Estuve en la presentación a la que se refiere Vicente Alfonso en la crónica que copio aquí abajito. Es una chulada. La manera de morder, o querer morder, de nuestros oficiales de tránsito merece figurar en un cuadro de honor.
Libros y corrupción de agentes en Torreón
Vicente Alfonso / 22 de septiembre de 2007
Dicen los que saben que el relato policíaco se caracteriza por sus fuertes dosis de misterio y por exhibir la corrupción cada vez más frecuente en nuestra sociedad. En esos renglones hay entre los agentes de vialidad de Torreón casos muy refinados, de una prepotencia casi sutil. El jueves por la noche presenté El Síndrome de Esquilo, volumen de cuentos coeditado por Centenario de Torreón A.C., la Dirección de Cultura y Editorial Ficticia. Aprovecho el espacio para agradecer no sólo a estas instituciones que hicieron posible la publicación, también a quienes asistieron y se llevaron el síndrome a sus casas.
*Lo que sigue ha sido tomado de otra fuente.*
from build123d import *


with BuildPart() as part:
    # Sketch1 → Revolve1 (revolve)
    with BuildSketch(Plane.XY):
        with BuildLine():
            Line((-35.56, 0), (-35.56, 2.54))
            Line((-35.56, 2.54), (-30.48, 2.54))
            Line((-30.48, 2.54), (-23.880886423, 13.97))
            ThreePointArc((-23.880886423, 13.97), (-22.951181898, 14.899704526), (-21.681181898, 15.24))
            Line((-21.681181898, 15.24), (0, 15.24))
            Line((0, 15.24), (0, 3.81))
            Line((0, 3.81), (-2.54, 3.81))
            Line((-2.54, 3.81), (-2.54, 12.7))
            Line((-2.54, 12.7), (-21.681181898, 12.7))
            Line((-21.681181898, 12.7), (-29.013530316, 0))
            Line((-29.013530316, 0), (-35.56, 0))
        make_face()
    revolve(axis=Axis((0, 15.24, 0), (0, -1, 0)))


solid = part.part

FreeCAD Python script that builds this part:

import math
import FreeCAD as App
import Part
import Sketcher

V = App.Vector
Q = App.Units.Quantity

doc = App.newDocument("Part")
body = doc.addObject("PartDesign::Body", "Body")

# Sketch on XY plane
sketch1 = body.newObject("Sketcher::SketchObject", "Sketch")
sketch1.AttachmentSupport = (doc.getObject("XY_Plane"), [""])
sketch1.MapMode = "FlatFace"
sketch1.addGeometry(Part.LineSegment(V(-35.6, 2.5, 0), V(-35.6, 0, 0)), False)
sketch1.addGeometry(Part.LineSegment(V(-35.6, 0, 0), V(-29, 0, 0)), False)
sketch1.addGeometry(Part.LineSegment(V(-29, 0, 0), V(-21.7, 12.7, 0)), False)
sketch1.addGeometry(Part.LineSegment(V(-21.7, 12.7, 0), V(-2.5, 12.7, 0)), False)
sketch1.addGeometry(Part.LineSegment(V(-2.5, 12.7, 0), V(-2.5, 3.8, 0)), False)
sketch1.addGeometry(Part.LineSegment(V(-2.5, 3.8, 0), V(0, 3.8, 0)), False)
sketch1.addGeometry(Part.LineSegment(V(0, 3.8, 0), V(0, 15.2, 0)), False)
sketch1.addGeometry(Part.LineSegment(V(0, 15.2, 0), V(-21.7, 15.2, 0)), False)
sketch1.addGeometry(Part.ArcOfCircle(Part.Circle(V(-21.7, 12.7, 0), V(0, 0, 1), 2.5), math.radians(90), math.radians(150)), False)
sketch1.addGeometry(Part.LineSegment(V(-23.9, 14, 0), V(-30.5, 2.5, 0)), False)
sketch1.addGeometry(Part.LineSegment(V(-30.5, 2.5, 0), V(-35.6, 2.5, 0)), False)
sketch1.addConstraint(Sketcher.Constraint("Coincident", 0, 2, 1, 1))
sketch1.addConstraint(Sketcher.Constraint("Coincident", 1, 2, 2, 1))
sketch1.addConstraint(Sketcher.Constraint("Coincident", 2, 2, 3, 1))
sketch1.addConstraint(Sketcher.Constraint("Coincident", 3, 2, 4, 1))
sketch1.addConstraint(Sketcher.Constraint("Coincident", 4, 2, 5, 1))
sketch1.addConstraint(Sketcher.Constraint("Coincident", 5, 2, 6, 1))
sketch1.addConstraint(Sketcher.Constraint("Coincident", 6, 2, 7, 1))
sketch1.addConstraint(Sketcher.Constraint("Tangent", 7, 2, 8, 1))
sketch1.addConstraint(Sketcher.Constraint("Tangent", 8, 2, 9, 1))
sketch1.addConstraint(Sketcher.Constraint("Coincident", 9, 2, 10, 1))
sketch1.addConstraint(Sketcher.Constraint("Coincident", 10, 2, 0, 1))
sketch1.addConstraint(Sketcher.Constraint("Vertical", 0))
sketch1.addConstraint(Sketcher.Constraint("Horizontal", 1))
sketch1.addConstraint(Sketcher.Constraint("Horizontal", 3))
sketch1.addConstraint(Sketcher.Constraint("Vertical", 4))
sketch1.addConstraint(Sketcher.Constraint("Horizontal", 5))
sketch1.addConstraint(Sketcher.Constraint("Vertical", 6))
sketch1.addConstraint(Sketcher.Constraint("Horizontal", 7))
sketch1.addConstraint(Sketcher.Constraint("Horizontal", 10))
sketch1.addConstraint(Sketcher.Constraint("Coincident", 2, 2, 8, 3))
sketch1.addConstraint(Sketcher.Constraint("PointOnObject", 0, 2, -1))
sketch1.addConstraint(Sketcher.Constraint("PointOnObject", 5, 2, -2))
sketch1.addConstraint(Sketcher.Constraint("Parallel", 2, 9))
sketch1.addConstraint(Sketcher.Constraint("Equal", 5, 0))
sketch1.addConstraint(Sketcher.Constraint("Radius", 8, Q("0.1 in")))
sketch1.addConstraint(Sketcher.Constraint("DistanceX", 5, 1, 5, 2, Q("0.1 in")))
sketch1.addConstraint(Sketcher.Constraint("DistanceX", 10, 2, 10, 1, Q("0.2 in")))
sketch1.addConstraint(Sketcher.Constraint("Angle", 2, Q("60 deg")))
sketch1.addConstraint(Sketcher.Constraint("DistanceY", 4, 2, 4, 1, Q("0.35 in")))
sketch1.addConstraint(Sketcher.Constraint("DistanceY", -1, 1, 8, 3, Q("0.5 in")))
sketch1.addConstraint(Sketcher.Constraint("DistanceX", 0, 2, -1, 1, Q("1.4 in")))
revolution = body.newObject("PartDesign::Revolution", "Revolution")
revolution.Profile = sketch1
revolution.ReferenceAxis = (sketch1, ["V_Axis"])
revolution.Angle = 360

doc.recompute()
Como suele suceder en estos casos, el Ayuntamiento ofreció un pequeño convivio para celebrar la aparición del libro. Nada ostentoso: bocadillos, ensalada, vino tinto. Regresaba luego a mi casa, que es la de ustedes, cuando tuve la mala suerte de topar con la patrulla de vialidad 35515, placa 07-163. Al volante, un oficial que dijo llamarse Miguel Santacruz (en realidad se llama Martín Marentes, agente 25114). Atendiendo a su vocación, los tripulantes me espetaron el clásico “oríllese a la orilla”. ¿De dónde viene?, preguntó uno. Le expliqué mientras me miraba con gesto socarrón. Yo ni sabía por qué me habían detenido.“Aunque viniera de misa, joven”, dijo Marentes, “el problema es que trae usted aliento a alcohol”. Después agregó, en voz baja y mirando al vacío: “Pero usted dígame cómo le hacemos...” (y otra vez gesto socarrón, luego una leve sonrisita). Para no hacer el cuento largo, diré que, como no le hicimos de ninguna forma, los agentes amenazaron con llevarme a los separos que están en Colón y Revolución, a darle un beso al alcoholímetro.
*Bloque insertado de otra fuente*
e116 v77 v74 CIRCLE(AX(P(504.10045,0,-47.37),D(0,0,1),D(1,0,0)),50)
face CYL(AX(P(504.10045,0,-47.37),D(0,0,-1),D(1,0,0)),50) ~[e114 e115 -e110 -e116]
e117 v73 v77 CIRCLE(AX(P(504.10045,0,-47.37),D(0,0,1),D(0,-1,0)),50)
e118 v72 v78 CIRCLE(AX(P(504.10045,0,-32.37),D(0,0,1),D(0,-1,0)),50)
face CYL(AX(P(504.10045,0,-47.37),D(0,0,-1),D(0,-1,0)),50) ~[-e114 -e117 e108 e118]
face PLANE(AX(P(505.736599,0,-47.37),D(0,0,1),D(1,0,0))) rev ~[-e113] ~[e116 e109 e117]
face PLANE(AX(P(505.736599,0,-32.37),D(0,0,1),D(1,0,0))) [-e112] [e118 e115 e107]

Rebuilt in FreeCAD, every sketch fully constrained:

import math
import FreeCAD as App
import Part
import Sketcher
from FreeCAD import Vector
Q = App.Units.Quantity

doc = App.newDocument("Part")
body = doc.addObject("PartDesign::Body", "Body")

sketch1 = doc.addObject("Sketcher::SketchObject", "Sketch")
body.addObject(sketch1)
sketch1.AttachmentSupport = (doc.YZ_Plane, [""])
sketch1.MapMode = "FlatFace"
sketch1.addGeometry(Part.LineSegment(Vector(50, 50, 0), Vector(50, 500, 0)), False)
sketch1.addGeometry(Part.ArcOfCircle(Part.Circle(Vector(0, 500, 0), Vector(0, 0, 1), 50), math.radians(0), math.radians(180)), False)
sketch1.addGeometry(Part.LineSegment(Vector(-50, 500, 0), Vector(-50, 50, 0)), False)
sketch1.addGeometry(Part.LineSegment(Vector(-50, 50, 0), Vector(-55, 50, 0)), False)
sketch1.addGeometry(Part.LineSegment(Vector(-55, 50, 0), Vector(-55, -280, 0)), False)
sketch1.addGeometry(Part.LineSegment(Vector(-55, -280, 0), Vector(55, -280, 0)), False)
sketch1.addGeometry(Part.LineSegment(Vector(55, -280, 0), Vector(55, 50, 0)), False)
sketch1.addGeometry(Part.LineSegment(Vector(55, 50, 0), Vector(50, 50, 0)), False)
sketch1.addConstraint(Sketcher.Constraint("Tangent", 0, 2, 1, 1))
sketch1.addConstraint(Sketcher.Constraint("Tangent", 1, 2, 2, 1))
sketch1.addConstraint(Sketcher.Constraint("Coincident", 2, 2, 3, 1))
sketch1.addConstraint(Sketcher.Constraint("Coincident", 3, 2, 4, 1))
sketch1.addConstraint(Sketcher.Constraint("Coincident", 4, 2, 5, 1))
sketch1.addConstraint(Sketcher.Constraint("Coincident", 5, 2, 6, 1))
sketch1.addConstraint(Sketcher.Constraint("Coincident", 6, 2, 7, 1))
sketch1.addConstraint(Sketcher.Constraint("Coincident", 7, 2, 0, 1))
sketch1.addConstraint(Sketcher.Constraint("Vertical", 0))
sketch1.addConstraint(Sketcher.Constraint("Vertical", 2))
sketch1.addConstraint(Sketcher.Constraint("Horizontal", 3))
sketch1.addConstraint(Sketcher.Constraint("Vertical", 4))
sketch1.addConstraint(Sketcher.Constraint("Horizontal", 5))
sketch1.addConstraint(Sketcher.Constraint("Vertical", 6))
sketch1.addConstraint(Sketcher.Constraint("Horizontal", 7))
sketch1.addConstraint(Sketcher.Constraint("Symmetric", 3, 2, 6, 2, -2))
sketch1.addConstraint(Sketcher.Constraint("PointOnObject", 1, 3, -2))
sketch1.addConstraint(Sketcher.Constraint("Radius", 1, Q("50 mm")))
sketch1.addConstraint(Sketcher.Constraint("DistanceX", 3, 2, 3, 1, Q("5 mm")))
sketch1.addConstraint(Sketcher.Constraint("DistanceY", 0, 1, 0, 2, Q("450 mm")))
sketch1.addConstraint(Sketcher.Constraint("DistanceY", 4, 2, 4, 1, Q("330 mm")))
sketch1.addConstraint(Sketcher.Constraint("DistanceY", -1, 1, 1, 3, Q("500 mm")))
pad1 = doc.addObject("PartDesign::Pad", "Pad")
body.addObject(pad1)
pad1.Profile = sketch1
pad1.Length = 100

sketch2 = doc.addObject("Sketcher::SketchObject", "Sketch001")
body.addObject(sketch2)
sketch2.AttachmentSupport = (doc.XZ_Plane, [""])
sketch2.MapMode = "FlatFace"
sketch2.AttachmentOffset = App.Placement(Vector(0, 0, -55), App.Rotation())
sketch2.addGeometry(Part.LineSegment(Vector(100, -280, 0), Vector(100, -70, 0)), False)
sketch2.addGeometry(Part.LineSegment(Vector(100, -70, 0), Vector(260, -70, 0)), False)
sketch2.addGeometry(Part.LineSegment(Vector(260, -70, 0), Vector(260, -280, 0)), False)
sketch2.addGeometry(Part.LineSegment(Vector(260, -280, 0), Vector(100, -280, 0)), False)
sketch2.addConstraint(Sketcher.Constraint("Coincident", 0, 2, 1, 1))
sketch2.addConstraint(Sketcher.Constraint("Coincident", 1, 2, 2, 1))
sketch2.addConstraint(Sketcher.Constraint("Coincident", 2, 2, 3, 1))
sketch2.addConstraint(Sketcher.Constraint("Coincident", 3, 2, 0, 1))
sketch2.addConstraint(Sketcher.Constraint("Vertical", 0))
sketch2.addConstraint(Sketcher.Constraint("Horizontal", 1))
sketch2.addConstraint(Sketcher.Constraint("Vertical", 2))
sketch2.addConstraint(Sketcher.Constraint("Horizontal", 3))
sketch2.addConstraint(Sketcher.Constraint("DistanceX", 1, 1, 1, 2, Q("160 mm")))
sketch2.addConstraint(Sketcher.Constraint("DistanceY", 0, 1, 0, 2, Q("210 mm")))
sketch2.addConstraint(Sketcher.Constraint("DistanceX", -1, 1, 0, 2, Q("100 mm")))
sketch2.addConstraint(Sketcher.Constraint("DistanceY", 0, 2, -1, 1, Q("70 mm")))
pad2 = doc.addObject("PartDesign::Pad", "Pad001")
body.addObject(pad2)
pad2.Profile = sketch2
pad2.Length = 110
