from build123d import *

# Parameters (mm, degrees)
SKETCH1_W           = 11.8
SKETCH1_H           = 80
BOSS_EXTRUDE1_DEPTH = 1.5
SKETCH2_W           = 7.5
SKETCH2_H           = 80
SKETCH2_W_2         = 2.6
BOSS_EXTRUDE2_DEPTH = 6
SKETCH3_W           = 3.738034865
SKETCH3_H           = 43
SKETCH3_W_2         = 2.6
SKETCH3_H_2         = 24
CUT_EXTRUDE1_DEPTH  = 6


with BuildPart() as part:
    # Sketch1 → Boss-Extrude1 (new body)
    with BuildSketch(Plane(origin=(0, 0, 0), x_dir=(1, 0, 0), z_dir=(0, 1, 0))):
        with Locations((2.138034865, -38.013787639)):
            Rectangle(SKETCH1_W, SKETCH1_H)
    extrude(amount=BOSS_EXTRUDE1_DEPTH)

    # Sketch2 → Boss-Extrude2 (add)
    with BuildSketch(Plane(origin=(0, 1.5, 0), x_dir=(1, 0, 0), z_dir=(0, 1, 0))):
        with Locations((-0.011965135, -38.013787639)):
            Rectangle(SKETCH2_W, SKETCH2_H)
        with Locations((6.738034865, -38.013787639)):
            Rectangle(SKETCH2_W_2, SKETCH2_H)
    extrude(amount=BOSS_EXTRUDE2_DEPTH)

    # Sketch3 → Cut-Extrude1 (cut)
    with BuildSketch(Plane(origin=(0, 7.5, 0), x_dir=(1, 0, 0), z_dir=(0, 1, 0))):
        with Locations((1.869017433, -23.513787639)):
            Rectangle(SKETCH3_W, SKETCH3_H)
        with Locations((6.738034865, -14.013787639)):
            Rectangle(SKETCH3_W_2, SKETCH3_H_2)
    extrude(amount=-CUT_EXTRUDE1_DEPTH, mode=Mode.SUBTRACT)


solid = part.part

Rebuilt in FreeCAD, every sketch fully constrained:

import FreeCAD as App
import Part
import Sketcher
from FreeCAD import Vector

doc = App.newDocument("Part")
body = doc.addObject("PartDesign::Body", "Body")

sketch1 = body.newObject("Sketcher::SketchObject", "Sketch")
sketch1.AttachmentSupport = (doc.getObject("XZ_Plane"), [""])
sketch1.MapMode = "FlatFace"
sketch1.addGeometry([
    Part.LineSegment(Vector(-4, -2, 0), Vector(-4, 78, 0)),
    Part.LineSegment(Vector(-4, 78, 0), Vector(8, 78, 0)),
    Part.LineSegment(Vector(8, 78, 0), Vector(8, -2, 0)),
    Part.LineSegment(Vector(8, -2, 0), Vector(-4, -2, 0)),
], False)
sketch1.addConstraint([
    Sketcher.Constraint("Coincident", 0, 2, 1, 1),
    Sketcher.Constraint("Coincident", 1, 2, 2, 1),
    Sketcher.Constraint("Coincident", 2, 2, 3, 1),
    Sketcher.Constraint("Coincident", 3, 2, 0, 1),
    Sketcher.Constraint("Vertical", 0),
    Sketcher.Constraint("Horizontal", 1),
    Sketcher.Constraint("Vertical", 2),
    Sketcher.Constraint("Horizontal", 3),
    Sketcher.Constraint("DistanceY", 0, 1, 0, 2, 80.0),
    Sketcher.Constraint("DistanceX", 1, 1, 1, 2, 11.8),
    Sketcher.Constraint("DistanceX", 0, 2, -1, 1, 3.761965),
    Sketcher.Constraint("DistanceY", -1, 1, 0, 2, 78.013788),
])
pad1 = body.newObject("PartDesign::Pad", "Pad")
pad1.Profile = sketch1
pad1.Length = 1.5
pad1.Reversed = True

sketch2 = body.newObject("Sketcher::SketchObject", "Sketch001")
sketch2.AttachmentSupport = (doc.getObject("XZ_Plane"), [""])
sketch2.MapMode = "FlatFace"
sketch2.AttachmentOffset = App.Placement(Vector(0, 0, -1.5), App.Rotation())
sketch2.addGeometry([
    Part.LineSegment(Vector(-3.8, -2, 0), Vector(-3.8, 78, 0)),
    Part.LineSegment(Vector(-3.8, 78, 0), Vector(3.7, 78, 0)),
    Part.LineSegment(Vector(3.7, 78, 0), Vector(3.7, -2, 0)),
    Part.LineSegment(Vector(3.7, -2, 0), Vector(-3.8, -2, 0)),
    Part.LineSegment(Vector(5.4, -2, 0), Vector(5.4, 78, 0)),
    Part.LineSegment(Vector(5.4, 78, 0), Vector(8, 78, 0)),
    Part.LineSegment(Vector(8, 78, 0), Vector(8, -2, 0)),
    Part.LineSegment(Vector(8, -2, 0), Vector(5.4, -2, 0)),
], False)
sketch2.addConstraint([
    Sketcher.Constraint("Coincident", 0, 2, 1, 1),
    Sketcher.Constraint("Coincident", 1, 2, 2, 1),
    Sketcher.Constraint("Coincident", 2, 2, 3, 1),
    Sketcher.Constraint("Coincident", 3, 2, 0, 1),
    Sketcher.Constraint("Coincident", 4, 2, 5, 1),
    Sketcher.Constraint("Coincident", 5, 2, 6, 1),
    Sketcher.Constraint("Coincident", 6, 2, 7, 1),
    Sketcher.Constraint("Coincident", 7, 2, 4, 1),
    Sketcher.Constraint("Vertical", 0),
    Sketcher.Constraint("Horizontal", 1),
    Sketcher.Constraint("Vertical", 2),
    Sketcher.Constraint("Horizontal", 3),
    Sketcher.Constraint("Vertical", 4),
    Sketcher.Constraint("Horizontal", 5),
    Sketcher.Constraint("Vertical", 6),
    Sketcher.Constraint("Horizontal", 7),
    Sketcher.Constraint("Horizontal", 1, 2, 4, 2),
    Sketcher.Constraint("Horizontal", 3, 2, 6, 2),
    Sketcher.Constraint("DistanceY", 0, 1, 0, 2, 80.0),
    Sketcher.Constraint("DistanceX", 1, 1, 1, 2, 7.5),
    Sketcher.Constraint("DistanceX", 5, 1, 5, 2, 2.6),
    Sketcher.Constraint("DistanceX", 1, 2, 4, 2, 1.7),
    Sketcher.Constraint("DistanceX", 0, 2, -1, 1, 3.761965),
    Sketcher.Constraint("DistanceY", -1, 1, 0, 2, 78.013788),
])
pad2 = body.newObject("PartDesign::Pad", "Pad001")
pad2.Profile = sketch2
pad2.Length = 6
pad2.Reversed = True

sketch3 = body.newObject("Sketcher::SketchObject", "Sketch002")
sketch3.AttachmentSupport = (doc.getObject("XZ_Plane"), [""])
sketch3.MapMode = "FlatFace"
sketch3.AttachmentOffset = App.Placement(Vector(0, 0, -7.5), App.Rotation())
sketch3.addGeometry([
    Part.LineSegment(Vector(0, 2, 0), Vector(0, 45, 0)),
    Part.LineSegment(Vector(0, 45, 0), Vector(3.7, 45, 0)),
    Part.LineSegment(Vector(3.7, 45, 0), Vector(3.7, 2, 0)),
    Part.LineSegment(Vector(3.7, 2, 0), Vector(0, 2, 0)),
    Part.LineSegment(Vector(5.4, 2, 0), Vector(5.4, 26, 0)),
    Part.LineSegment(Vector(5.4, 26, 0), Vector(8, 26, 0)),
    Part.LineSegment(Vector(8, 26, 0), Vector(8, 2, 0)),
    Part.LineSegment(Vector(8, 2, 0), Vector(5.4, 2, 0)),
], False)
sketch3.addConstraint([
    Sketcher.Constraint("Coincident", 0, 2, 1, 1),
    Sketcher.Constraint("Coincident", 1, 2, 2, 1),
    Sketcher.Constraint("Coincident", 2, 2, 3, 1),
    Sketcher.Constraint("Coincident", 3, 2, 0, 1),
    Sketcher.Constraint("Coincident", 4, 2, 5, 1),
    Sketcher.Constraint("Coincident", 5, 2, 6, 1),
    Sketcher.Constraint("Coincident", 6, 2, 7, 1),
    Sketcher.Constraint("Coincident", 7, 2, 4, 1),
    Sketcher.Constraint("Vertical", 0),
    Sketcher.Constraint("Horizontal", 1),
    Sketcher.Constraint("Vertical", 2),
    Sketcher.Constraint("Horizontal", 3),
    Sketcher.Constraint("Vertical", 4),
    Sketcher.Constraint("Horizontal", 5),
    Sketcher.Constraint("Vertical", 6),
    Sketcher.Constraint("Horizontal", 7),
    Sketcher.Constraint("PointOnObject", 0, 2, -2),
    Sketcher.Constraint("Horizontal", 3, 2, 6, 2),
    Sketcher.Constraint("DistanceY", 0, 1, 0, 2, 43.0),
    Sketcher.Constraint("DistanceY", 4, 1, 4, 2, 24.0),
    Sketcher.Constraint("DistanceX", 5, 1, 5, 2, 2.6),
    Sketcher.Constraint("DistanceX", 1, 2, 4, 2, 1.7),
    Sketcher.Constraint("DistanceX", 1, 1, 1, 2, 3.738035),
    Sketcher.Constraint("DistanceY", -1, 1, 0, 2, 45.013788),
])
pocket1 = body.newObject("PartDesign::Pocket", "Pocket")
pocket1.Profile = sketch3
pocket1.Length = 6
pocket1.Reversed = True

doc.recompute()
Como no hubo negocio, hasta allá fuimos. Prepotencias e ironías de por medio (“ni modo, joven, lo vamos a tener que dejar aquí encerrado toda la noche”), el aparato marcó que mi nivel de alcohol era de .05, es decir muy por debajo del límite permitido (para la falta administrativa debe rebasarse un nivel de .4, o sea siete veces más). La prueba se hizo dos veces, el mismo resultado. La aplicó el doctor Evaristo Romero, tipo respetuoso, carta cabal diría el Piporro.
Tomado, pues, no estaba. Diluida la hipótesis del peligroso-alcohólico-al-volante, el agente Marentes Muñoz procedió —verbo tan policíaco— a levantarme una multa “por falta de precaución” (falta 15). Al preguntarle en qué consistía mi error, se contradijo tantas veces que le entendí lo mismo que a Bush justificando la guerra en Irak. Lo triste es que en el tiempo que duró mi aventura pude darme cuenta de que al menos otros tres ciudadanos enfrentaban el mismo problema que yo.
Dije antes que muchas novelas policíacas se basan en una cadena de enigmas y corruptelas. El “performance” del agente Marentes contiene dosis suficientes de ambos: Pedir dinero, así sea con eufemismos, es un delito, señor oficial. También hay misterios en el caso: ¿por qué no dar su nombre? ¿Por qué amedrentar con los separos, por qué aplicarles el alcoholímetro y, superada la prueba, multarlos por una razón distinta? ¿No amerita la imprudencia una infracción directa, por qué amenazar con encierro?
Termino con una sugerencia para Marentes y otros agentes de vialidad con afán recaudatorio: hagan redadas afuera de la Casa del Cerro, del Teatro Isauro, del Museo Arocena y otros espacios que programan presentaciones de libros, pues al final siempre hay vino de honor. Pero lleven camiones, pues a estas actividades, por fortuna, va cada vez más gente.